Model-data fusion as hypothesis testing

Mechanistic models are powerful tools for forecasting terrestrial ecosystems because, by combining theory and empirical research, they can make quantitative predictions even under conditions that have no historical analog (Malmborg et al. 2024). However, model predictions can be inaccurate… As the old adage goes, “All models are wrong but some are useful.” I confront model predictions with empirical data to both improve decision-relevant forecasts of terrestrial ecosystems and test ecological hypotheses. While it’s commonly recognized that models represent our hypotheses about ecological functioning, using model-data fusion as a method for testing and refining ecological hypotheses remains relatively uncommon.

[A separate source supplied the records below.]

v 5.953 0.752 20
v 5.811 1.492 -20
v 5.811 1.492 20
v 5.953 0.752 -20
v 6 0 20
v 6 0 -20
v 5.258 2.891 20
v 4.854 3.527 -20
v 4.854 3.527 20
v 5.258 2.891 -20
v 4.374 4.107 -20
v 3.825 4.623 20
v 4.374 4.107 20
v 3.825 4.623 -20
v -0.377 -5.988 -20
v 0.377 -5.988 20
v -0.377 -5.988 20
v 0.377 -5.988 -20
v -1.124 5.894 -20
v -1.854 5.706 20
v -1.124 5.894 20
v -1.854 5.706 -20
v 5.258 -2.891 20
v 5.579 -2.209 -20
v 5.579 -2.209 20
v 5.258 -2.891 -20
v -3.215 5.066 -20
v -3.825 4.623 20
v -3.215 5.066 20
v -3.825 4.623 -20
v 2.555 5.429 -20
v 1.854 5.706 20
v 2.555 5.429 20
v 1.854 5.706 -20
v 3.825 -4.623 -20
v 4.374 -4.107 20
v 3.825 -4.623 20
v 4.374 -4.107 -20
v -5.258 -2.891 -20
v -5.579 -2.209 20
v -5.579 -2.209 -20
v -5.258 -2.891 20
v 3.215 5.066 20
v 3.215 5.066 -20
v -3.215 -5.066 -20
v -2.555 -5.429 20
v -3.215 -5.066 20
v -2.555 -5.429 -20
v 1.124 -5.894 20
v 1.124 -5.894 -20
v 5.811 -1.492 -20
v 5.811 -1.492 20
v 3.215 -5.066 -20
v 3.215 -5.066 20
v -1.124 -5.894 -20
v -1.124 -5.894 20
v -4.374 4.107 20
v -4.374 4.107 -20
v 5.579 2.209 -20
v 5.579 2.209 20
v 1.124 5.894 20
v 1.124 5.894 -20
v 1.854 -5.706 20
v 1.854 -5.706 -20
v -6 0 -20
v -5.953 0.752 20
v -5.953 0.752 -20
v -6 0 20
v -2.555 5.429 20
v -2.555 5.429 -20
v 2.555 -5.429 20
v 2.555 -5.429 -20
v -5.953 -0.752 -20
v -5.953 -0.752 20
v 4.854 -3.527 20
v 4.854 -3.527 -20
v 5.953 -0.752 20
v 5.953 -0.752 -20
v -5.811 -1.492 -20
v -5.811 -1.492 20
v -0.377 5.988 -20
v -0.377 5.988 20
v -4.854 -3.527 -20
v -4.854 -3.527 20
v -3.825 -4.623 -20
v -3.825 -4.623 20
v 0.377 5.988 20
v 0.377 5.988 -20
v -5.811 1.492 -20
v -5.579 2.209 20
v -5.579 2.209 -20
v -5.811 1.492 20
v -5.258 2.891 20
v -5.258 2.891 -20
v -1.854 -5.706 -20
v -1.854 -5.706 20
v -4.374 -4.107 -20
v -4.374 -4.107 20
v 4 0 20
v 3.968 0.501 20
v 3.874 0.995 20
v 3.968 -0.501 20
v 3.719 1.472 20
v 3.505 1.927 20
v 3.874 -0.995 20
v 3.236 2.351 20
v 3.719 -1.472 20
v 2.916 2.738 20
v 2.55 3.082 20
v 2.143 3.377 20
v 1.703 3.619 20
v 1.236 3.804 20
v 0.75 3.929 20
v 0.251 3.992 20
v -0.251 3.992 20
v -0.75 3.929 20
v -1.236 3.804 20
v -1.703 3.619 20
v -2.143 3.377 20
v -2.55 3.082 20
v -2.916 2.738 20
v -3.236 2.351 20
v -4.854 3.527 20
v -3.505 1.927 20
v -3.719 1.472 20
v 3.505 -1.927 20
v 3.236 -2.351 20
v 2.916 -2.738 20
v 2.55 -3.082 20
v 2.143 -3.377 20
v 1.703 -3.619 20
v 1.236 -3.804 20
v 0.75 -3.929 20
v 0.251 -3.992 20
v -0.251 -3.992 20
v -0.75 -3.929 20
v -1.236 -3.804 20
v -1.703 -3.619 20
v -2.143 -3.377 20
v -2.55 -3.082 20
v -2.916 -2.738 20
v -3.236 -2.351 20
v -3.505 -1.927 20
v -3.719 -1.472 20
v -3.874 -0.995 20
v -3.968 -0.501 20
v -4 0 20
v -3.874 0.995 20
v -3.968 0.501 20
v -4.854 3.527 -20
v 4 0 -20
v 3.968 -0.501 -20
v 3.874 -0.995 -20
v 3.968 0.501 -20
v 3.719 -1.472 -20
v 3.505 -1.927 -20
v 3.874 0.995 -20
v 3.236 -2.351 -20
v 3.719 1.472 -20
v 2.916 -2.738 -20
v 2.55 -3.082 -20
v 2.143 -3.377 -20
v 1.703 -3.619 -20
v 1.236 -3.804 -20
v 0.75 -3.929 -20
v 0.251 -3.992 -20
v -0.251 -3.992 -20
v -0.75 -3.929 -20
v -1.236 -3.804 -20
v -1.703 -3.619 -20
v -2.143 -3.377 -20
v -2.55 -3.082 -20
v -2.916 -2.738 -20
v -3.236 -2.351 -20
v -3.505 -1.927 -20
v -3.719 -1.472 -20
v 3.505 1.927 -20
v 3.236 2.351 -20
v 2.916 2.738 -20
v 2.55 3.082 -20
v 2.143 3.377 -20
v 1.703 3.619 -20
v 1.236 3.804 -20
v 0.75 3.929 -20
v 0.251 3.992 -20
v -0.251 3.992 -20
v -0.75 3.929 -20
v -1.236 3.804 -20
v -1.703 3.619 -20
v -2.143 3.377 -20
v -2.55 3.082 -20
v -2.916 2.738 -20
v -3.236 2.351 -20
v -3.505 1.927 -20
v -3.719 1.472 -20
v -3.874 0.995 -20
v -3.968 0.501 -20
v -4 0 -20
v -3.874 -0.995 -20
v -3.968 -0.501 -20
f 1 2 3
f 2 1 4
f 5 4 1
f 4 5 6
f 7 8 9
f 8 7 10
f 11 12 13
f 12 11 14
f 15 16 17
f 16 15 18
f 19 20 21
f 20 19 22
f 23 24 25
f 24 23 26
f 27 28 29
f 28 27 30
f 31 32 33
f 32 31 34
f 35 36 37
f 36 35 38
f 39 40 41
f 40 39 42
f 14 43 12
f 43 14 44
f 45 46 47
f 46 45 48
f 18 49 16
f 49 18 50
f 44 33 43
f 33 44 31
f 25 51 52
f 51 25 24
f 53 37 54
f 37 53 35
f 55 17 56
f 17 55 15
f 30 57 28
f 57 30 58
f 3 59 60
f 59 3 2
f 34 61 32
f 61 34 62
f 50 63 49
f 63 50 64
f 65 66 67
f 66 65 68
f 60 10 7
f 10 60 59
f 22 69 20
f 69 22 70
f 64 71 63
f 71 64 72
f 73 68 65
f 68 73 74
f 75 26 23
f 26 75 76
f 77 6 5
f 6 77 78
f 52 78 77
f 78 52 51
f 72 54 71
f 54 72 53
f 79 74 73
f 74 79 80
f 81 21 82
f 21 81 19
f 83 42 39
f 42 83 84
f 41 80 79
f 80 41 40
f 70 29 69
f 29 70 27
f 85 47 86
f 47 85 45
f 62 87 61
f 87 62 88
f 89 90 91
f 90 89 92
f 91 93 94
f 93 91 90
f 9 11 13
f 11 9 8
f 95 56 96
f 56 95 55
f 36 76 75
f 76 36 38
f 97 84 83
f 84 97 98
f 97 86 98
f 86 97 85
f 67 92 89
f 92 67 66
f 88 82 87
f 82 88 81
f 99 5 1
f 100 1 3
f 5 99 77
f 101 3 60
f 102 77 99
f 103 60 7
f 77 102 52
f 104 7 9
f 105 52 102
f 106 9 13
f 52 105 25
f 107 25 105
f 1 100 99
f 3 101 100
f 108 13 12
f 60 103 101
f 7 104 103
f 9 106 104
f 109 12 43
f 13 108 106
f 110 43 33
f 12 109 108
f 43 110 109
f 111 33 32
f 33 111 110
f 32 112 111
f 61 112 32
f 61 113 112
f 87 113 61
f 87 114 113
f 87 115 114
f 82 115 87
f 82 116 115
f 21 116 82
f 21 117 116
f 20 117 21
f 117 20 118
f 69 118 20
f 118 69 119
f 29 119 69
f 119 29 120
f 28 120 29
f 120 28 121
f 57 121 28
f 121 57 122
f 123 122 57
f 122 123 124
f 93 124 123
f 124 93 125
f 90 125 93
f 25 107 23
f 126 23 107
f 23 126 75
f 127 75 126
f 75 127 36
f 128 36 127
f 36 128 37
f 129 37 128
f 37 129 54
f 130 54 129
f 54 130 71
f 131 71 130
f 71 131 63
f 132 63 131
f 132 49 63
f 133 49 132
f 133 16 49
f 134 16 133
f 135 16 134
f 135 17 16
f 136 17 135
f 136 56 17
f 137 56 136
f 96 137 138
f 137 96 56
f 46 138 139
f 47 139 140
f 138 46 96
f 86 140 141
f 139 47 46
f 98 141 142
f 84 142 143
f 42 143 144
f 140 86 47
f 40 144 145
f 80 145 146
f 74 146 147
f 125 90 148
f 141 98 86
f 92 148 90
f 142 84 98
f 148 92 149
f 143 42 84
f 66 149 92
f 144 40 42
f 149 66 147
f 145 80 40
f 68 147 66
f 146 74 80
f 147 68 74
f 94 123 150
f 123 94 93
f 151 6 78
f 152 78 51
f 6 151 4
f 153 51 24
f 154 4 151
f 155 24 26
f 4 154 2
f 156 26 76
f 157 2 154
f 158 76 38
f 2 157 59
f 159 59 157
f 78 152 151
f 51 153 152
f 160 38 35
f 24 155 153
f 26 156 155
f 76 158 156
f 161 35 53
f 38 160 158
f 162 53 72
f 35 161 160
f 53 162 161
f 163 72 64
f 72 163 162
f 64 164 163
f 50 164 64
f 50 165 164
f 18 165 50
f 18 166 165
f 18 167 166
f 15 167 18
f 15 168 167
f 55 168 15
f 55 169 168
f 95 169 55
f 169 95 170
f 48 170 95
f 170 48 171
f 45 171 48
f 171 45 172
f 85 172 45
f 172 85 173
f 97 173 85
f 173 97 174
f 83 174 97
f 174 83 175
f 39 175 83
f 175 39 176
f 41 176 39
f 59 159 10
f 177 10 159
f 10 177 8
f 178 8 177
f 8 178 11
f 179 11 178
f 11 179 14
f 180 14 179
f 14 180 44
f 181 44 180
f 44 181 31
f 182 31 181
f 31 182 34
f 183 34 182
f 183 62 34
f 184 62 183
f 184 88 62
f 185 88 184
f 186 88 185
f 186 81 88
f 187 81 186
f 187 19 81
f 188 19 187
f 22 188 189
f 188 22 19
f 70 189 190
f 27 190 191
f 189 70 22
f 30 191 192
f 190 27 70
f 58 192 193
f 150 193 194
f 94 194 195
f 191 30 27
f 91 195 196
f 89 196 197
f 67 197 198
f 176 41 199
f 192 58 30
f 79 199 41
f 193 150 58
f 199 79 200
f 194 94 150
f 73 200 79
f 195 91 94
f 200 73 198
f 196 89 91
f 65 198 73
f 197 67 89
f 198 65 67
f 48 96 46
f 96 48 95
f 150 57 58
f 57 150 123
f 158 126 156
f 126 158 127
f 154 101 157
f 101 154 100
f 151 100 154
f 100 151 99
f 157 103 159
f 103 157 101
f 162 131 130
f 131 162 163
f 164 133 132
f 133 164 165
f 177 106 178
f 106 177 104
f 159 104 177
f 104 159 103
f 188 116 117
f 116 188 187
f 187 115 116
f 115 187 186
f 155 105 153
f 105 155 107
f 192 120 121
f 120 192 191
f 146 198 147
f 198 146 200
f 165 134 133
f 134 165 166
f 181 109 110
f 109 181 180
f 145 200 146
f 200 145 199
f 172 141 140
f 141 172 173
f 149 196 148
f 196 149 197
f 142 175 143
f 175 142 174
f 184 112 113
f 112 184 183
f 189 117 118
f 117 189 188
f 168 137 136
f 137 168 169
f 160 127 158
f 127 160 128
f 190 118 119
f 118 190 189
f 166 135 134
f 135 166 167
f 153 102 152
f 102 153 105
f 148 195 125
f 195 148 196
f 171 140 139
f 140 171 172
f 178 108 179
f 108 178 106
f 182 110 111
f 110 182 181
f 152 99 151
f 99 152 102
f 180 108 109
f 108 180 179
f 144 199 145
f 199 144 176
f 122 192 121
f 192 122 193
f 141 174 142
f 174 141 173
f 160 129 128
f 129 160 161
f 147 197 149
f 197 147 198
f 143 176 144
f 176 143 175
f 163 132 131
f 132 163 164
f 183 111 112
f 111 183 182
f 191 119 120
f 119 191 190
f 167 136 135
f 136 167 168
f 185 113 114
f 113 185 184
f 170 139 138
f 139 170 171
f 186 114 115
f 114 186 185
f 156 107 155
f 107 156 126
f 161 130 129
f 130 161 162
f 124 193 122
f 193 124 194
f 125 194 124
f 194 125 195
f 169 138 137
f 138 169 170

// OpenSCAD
$fn = 50;


difference() {
	union() {
		translate(v = [0, 0, -20.0000000000]) {
			cylinder(h = 40, r = 6.0000000000);
		}
	}
	union() {
		translate(v = [0, 0, -100.0000000000]) {
			cylinder(h = 200, r = 4.0000000000);
		}
	}
}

I implemented the paradigm of “model-data fusion as hypothesis testing” in a case study of temperate forest ecosystems in the northeastern U.S. by confronting a forest gap model, LINKAGES, with 50 years of empirically estimated aboveground biomass. This study system is interesting because many of the tree species in this region are near their historical range limits, leading to questions about the relationship between species’ climate niches and individual tree phsyiological tolerances to climatic variation. I found that the representation of the relationship between climate and individual tree growth in LINKAGES is unsupported by empirical data. I traced this to LINKAGES’ hypothesis that tree growth will be consistently reduced near the species’ range limits. This indicates that our understanding of how individual tree climate tolerances scale up to the relationship between climate and species range limits is oversimplified, highlighting a need to incorporate more physiological detail on climate-tree growth relationships in this forest model.